I would never take chances with children-ever. 

Every parent makes their own decisions.


----------



## Baillif (Jun 26, 2013)

Way too much drama infused into a situation that isn't that serious. I've seen this behavior the OP is describing and its a behavior that I've seen often only appearing in that one picture. It's barrier aggression related and also related to a lack of relationship between the dog and the kid. It doesn't mean the dog is dangerous or unstable or aggressive towards children.

Ponder this

https://www.youtube.com/watch?v=dJcRHvzU3Zs


----------



## Steve Strom (Oct 26, 2013)

> After reading your posts I am thinking he didn't want to go in his crate and that he wasn't going to let my son be the one to send him there.
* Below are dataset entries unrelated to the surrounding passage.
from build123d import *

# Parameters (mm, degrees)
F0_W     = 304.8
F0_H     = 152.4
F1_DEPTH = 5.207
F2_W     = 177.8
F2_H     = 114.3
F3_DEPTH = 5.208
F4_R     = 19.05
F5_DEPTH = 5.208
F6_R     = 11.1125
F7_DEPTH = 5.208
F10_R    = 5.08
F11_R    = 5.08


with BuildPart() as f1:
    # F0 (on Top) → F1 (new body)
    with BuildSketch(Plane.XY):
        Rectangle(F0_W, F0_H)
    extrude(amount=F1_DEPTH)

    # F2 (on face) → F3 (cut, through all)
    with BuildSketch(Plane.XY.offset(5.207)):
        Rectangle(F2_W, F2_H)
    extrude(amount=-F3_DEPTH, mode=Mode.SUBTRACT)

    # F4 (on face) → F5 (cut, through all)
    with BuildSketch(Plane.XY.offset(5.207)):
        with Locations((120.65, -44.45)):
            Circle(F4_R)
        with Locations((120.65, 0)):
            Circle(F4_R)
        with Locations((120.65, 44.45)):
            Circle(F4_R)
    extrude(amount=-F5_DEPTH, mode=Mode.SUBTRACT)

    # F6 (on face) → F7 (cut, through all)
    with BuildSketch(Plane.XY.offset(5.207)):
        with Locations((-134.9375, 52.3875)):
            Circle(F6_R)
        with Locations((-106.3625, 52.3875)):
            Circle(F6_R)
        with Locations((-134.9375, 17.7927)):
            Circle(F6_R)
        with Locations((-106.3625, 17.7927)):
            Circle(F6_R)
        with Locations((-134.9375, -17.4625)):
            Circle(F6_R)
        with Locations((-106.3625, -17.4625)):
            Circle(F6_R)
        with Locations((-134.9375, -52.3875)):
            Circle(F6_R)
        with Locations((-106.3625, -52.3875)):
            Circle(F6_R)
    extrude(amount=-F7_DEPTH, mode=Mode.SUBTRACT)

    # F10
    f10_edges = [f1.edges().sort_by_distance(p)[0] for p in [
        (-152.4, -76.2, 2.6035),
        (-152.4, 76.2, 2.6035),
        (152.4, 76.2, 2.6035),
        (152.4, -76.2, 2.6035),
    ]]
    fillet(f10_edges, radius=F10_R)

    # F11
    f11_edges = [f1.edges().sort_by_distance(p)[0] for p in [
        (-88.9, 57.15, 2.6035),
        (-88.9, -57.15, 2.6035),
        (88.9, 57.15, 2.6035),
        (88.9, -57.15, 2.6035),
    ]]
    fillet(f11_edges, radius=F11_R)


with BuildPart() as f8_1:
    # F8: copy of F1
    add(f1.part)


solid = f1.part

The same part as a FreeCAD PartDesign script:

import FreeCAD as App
import Part
import Sketcher
Q = App.Units.Quantity


def edges_at(feature, points):
    """Names of the edges that pass closest to the given points."""
    edges = feature.Shape.Edges
    near = lambda p: min(range(len(edges)), key=lambda i: edges[i].distToShape(Part.Vertex(*p))[0])
    return sorted({f"Edge{near(p) + 1}" for p in points})


def add_polygon(sketch, points):
    """Adds a closed chain of lines whose ends are joined by coincident constraints."""
    first, n = sketch.GeometryCount, len(points)
    for a, b in zip(points, points[1:] + points[:1]):
        sketch.addGeometry(Part.LineSegment(App.Vector(*a, 0), App.Vector(*b, 0)), False)
    for i in range(n):
        sketch.addConstraint(Sketcher.Constraint("Coincident", first + i, 2, first + (i + 1) % n, 1))

doc = App.newDocument("Part")
body = doc.addObject("PartDesign::Body", "Body")

# Sketch on XY plane
sketch1 = doc.addObject("Sketcher::SketchObject", "Sketch")
body.addObject(sketch1)
sketch1.AttachmentSupport = (doc.XY_Plane, [""])
sketch1.MapMode = "FlatFace"
add_polygon(sketch1, [(-152, 76), (-152, -76), (152, -76), (152, 76)])  # lines 0-3
sketch1.addConstraint(Sketcher.Constraint("Vertical", 0))
sketch1.addConstraint(Sketcher.Constraint("Horizontal", 1))
sketch1.addConstraint(Sketcher.Constraint("Vertical", 2))
sketch1.addConstraint(Sketcher.Constraint("Horizontal", 3))
sketch1.addConstraint(Sketcher.Constraint("Symmetric", 0, 2, 2, 2, -1, 1))
sketch1.addConstraint(Sketcher.Constraint("DistanceX", 1, 1, 1, 2, Q("12 in")))
sketch1.addConstraint(Sketcher.Constraint("DistanceY", 0, 2, 0, 1, Q("6 in")))
pad1 = doc.addObject("PartDesign::Pad", "Pad")
body.addObject(pad1)
pad1.Profile = sketch1
pad1.Length = Q("0.205 in")

# Sketch on XY plane
sketch2 = doc.addObject("Sketcher::SketchObject", "Sketch001")
body.addObject(sketch2)
sketch2.AttachmentSupport = (doc.XY_Plane, [""])
sketch2.MapMode = "FlatFace"
sketch2.AttachmentOffset = App.Placement(App.Vector(0, 0, 0.205 * 25.4), App.Rotation())
add_polygon(sketch2, [(-89, 57), (-89, -57), (89, -57), (89, 57)])  # lines 0-3
sketch2.addConstraint(Sketcher.Constraint("Vertical", 0))
sketch2.addConstraint(Sketcher.Constraint("Horizontal", 1))
sketch2.addConstraint(Sketcher.Constraint("Vertical", 2))
sketch2.addConstraint(Sketcher.Constraint("Horizontal", 3))
sketch2.addConstraint(Sketcher.Constraint("Symmetric", 0, 2, 2, 2, -1, 1))
sketch2.addConstraint(Sketcher.Constraint("DistanceX", 1, 1, 1, 2, Q("7 in")))
sketch2.addConstraint(Sketcher.Constraint("DistanceY", 0, 2, 0, 1, Q("4.5 in")))
pocket1 = doc.addObject("PartDesign::Pocket", "Pocket")
body.addObject(pocket1)
pocket1.Profile = sketch2
pocket1.Type = "ThroughAll"

# Sketch on XY plane
sketch3 = doc.addObject("Sketcher::SketchObject", "Sketch002")
body.addObject(sketch3)
sketch3.AttachmentSupport = (doc.XY_Plane, [""])
sketch3.MapMode = "FlatFace"
sketch3.AttachmentOffset = App.Placement(App.Vector(0, 0, 0.205 * 25.4), App.Rotation())
sketch3.addGeometry(Part.Circle(App.Vector(121, -44, 0), App.Vector(0, 0, 1), 19), False)
sketch3.addGeometry(Part.Circle(App.Vector(121, 0, 0), App.Vector(0, 0, 1), 19), False)
sketch3.addGeometry(Part.Circle(App.Vector(121, 44, 0), App.Vector(0, 0, 1), 19), False)
sketch3.addConstraint(Sketcher.Constraint("Equal", 0, 1))
sketch3.addConstraint(Sketcher.Constraint("Equal", 1, 2))
sketch3.addConstraint(Sketcher.Constraint("Symmetric", 0, 3, 2, 3, -1))
sketch3.addConstraint(Sketcher.Constraint("PointOnObject", 1, 3, -1))
sketch3.addConstraint(Sketcher.Constraint("Vertical", 0, 3, 1, 3))
sketch3.addConstraint(Sketcher.Constraint("Diameter", 0, Q("1.5 in")))
sketch3.addConstraint(Sketcher.Constraint("DistanceY", 0, 3, 2, 3, Q("3.5 in")))
sketch3.addConstraint(Sketcher.Constraint("DistanceX", -1, 1, 0, 3, Q("4.75 in")))
pocket2 = doc.addObject("PartDesign::Pocket", "Pocket001")
body.addObject(pocket2)
pocket2.Profile = sketch3
pocket2.Type = "ThroughAll"

# Sketch on XY plane
sketch4 = doc.addObject("Sketcher::SketchObject", "Sketch003")
body.addObject(sketch4)
sketch4.AttachmentSupport = (doc.XY_Plane, [""])
sketch4.MapMode = "FlatFace"
sketch4.AttachmentOffset = App.Placement(App.Vector(0, 0, 0.205 * 25.4), App.Rotation())
sketch4.addGeometry(Part.Circle(App.Vector(-135, 52, 0), App.Vector(0, 0, 1), 11), False)
sketch4.addGeometry(Part.Circle(App.Vector(-106, 52, 0), App.Vector(0, 0, 1), 11), False)
sketch4.addGeometry(Part.Circle(App.Vector(-135, 18, 0), App.Vector(0, 0, 1), 11), False)
sketch4.addGeometry(Part.Circle(App.Vector(-106, 18, 0), App.Vector(0, 0, 1), 11), False)
sketch4.addGeometry(Part.Circle(App.Vector(-135, -17, 0), App.Vector(0, 0, 1), 11), False)
sketch4.addGeometry(Part.Circle(App.Vector(-106, -17, 0), App.Vector(0, 0, 1), 11), False)
sketch4.addGeometry(Part.Circle(App.Vector(-135, -52, 0), App.Vector(0, 0, 1), 11), False)
sketch4.addGeometry(Part.Circle(App.Vector(-106, -52, 0), App.Vector(0, 0, 1), 11), False)
sketch4.addConstraint(Sketcher.Constraint("Equal", 0, 1))
sketch4.addConstraint(Sketcher.Constraint("Equal", 1, 2))
sketch4.addConstraint(Sketcher.Constraint("Equal", 2, 3))
sketch4.addConstraint(Sketcher.Constraint("Equal", 3, 4))
sketch4.addConstraint(Sketcher.Constraint("Equal", 4, 5))
sketch4.addConstraint(Sketcher.Constraint("Equal", 5, 6))
sketch4.addConstraint(Sketcher.Constraint("Equal", 6, 7))
sketch4.addConstraint(Sketcher.Constraint("Symmetric", 0, 3, 6, 3, -1))
sketch4.addConstraint(Sketcher.Constraint("Symmetric", 1, 3, 7, 3, -1))
sketch4.addConstraint(Sketcher.Constraint("Horizontal", 0, 3, 1, 3))
sketch4.addConstraint(Sketcher.Constraint("Horizontal", 2, 3, 3, 3))
sketch4.addConstraint(Sketcher.Constraint("Horizontal", 4, 3, 5, 3))
sketch4.addConstraint(Sketcher.Constraint("Vertical", 0, 3, 2, 3))
sketch4.addConstraint(Sketcher.Constraint("Vertical", 1, 3, 3, 3))
sketch4.addConstraint(Sketcher.Constraint("Vertical", 2, 3, 4, 3))
sketch4.addConstraint(Sketcher.Constraint("Vertical", 3, 3, 5, 3))
sketch4.addConstraint(Sketcher.Constraint("Diameter", 0, Q("0.875 in")))
sketch4.addConstraint(Sketcher.Constraint("DistanceY", 4, 3, 0, 3, Q("2.75 in")))
sketch4.addConstraint(Sketcher.Constraint("DistanceX", 0, 3, -1, 1, Q("5.3125 in")))
sketch4.addConstraint(Sketcher.Constraint("DistanceY", -1, 1, 0, 3, Q("2.0625 in")))
sketch4.addConstraint(Sketcher.Constraint("DistanceX", 1, 3, -1, 1, Q("4.1875 in")))
sketch4.addConstraint(Sketcher.Constraint("DistanceY", 2, 3, 0, 3, Q("1.362 in")))
pocket3 = doc.addObject("PartDesign::Pocket", "Pocket002")
body.addObject(pocket3)
pocket3.Profile = sketch4
pocket3.Type = "ThroughAll"
doc.recompute()

fillet = doc.addObject("PartDesign::Fillet", "Fillet")
body.addObject(fillet)
fillet.Base = (pocket3, edges_at(pocket3, [
    (-152.4, -76.2, 2.603),
    (-152.4, 76.2, 2.603),
    (152.4, 76.2, 2.603),
    (152.4, -76.2, 2.603),
]))
fillet.Radius = Q("0.2 in")
doc.recompute()

fillet2 = doc.addObject("PartDesign::Fillet", "Fillet001")
body.addObject(fillet2)
fillet2.Base = (fillet, edges_at(fillet, [
    (-88.9, 57.15, 2.603),
    (-88.9, -57.15, 2.603),
    (88.9, 57.15, 2.603),
    (88.9, -57.15, 2.603),
]))
fillet2.Radius = Q("0.2 in")
body2 = doc.addObject("PartDesign::Body", "Body001")
doc.recompute()

body2.BaseFeature = body
doc.recompute()
body.Visibility = False

doc.recompute()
And thats probably the crux of it Insayn. Just keep an eye on how they interact under other circumstances, look for your dog to be respectful of your son. The dogs we've owned that were the best with kids, it was real obvious with no training. You'll see the kind of gentle, self control they show around them.


----------



## Lilie (Feb 3, 2010)

Insayn - If Sniper has never showed any type of aggressive behavior in the past towards your son or any other family member, I would highly consider Sniper may have been acting out due to some sort of pain stimuli. 

I am NOT making an excuse for a dog to EVER growl at a person, but if this behavior has never happened before, I'd have to consider the reason behind it and not just the punishment for doing so. 

I've had a dog snag a nail on the crate wire as he entered, he turned and snapped. The dog jerked his leg as the crate held fast to the nail, so I knew what happened. 

If it is normal for Sniper to crate without complaint, I do not believe Sniper would respond with aggression towards your son for shutting the kennel gate unless the dog was responding to a stimuli.


----------



## wyominggrandma (Jan 2, 2011)

Not so much "way to much drama". The next time the dog might decide to "snap" at the child because he looked at him wrong. Or bite him in the face..........
I agree with Selzer...............


----------



## Steve Strom (Oct 26, 2013)

selzer said:


> How do ya all set the dog up for a correction, if he does this to you? What if he NEVER does it to YOU because you are an adult and he knows he can't do that with you? And even if that works, what does it teach him? It teaches him not to do that with YOU?


You've never set a dog up to repeat a behavior to correct for it?


----------



## SuperG (May 11, 2013)

Baillif said:


> Way too much drama infused into a situation that isn't that serious. I've seen this behavior the OP is describing and its a behavior that I've seen often only appearing in that one picture. It's barrier aggression related and also related to a lack of relationship between the dog and the kid. It doesn't mean the dog is dangerous or unstable or aggressive towards children.
> 
> Ponder this
> 
> https://www.youtube.com/watch?v=dJcRHvzU3Zs



Crazy.....I have no idea why they don't do what seems so obvious...is there a force field or land mines where the open gate is? 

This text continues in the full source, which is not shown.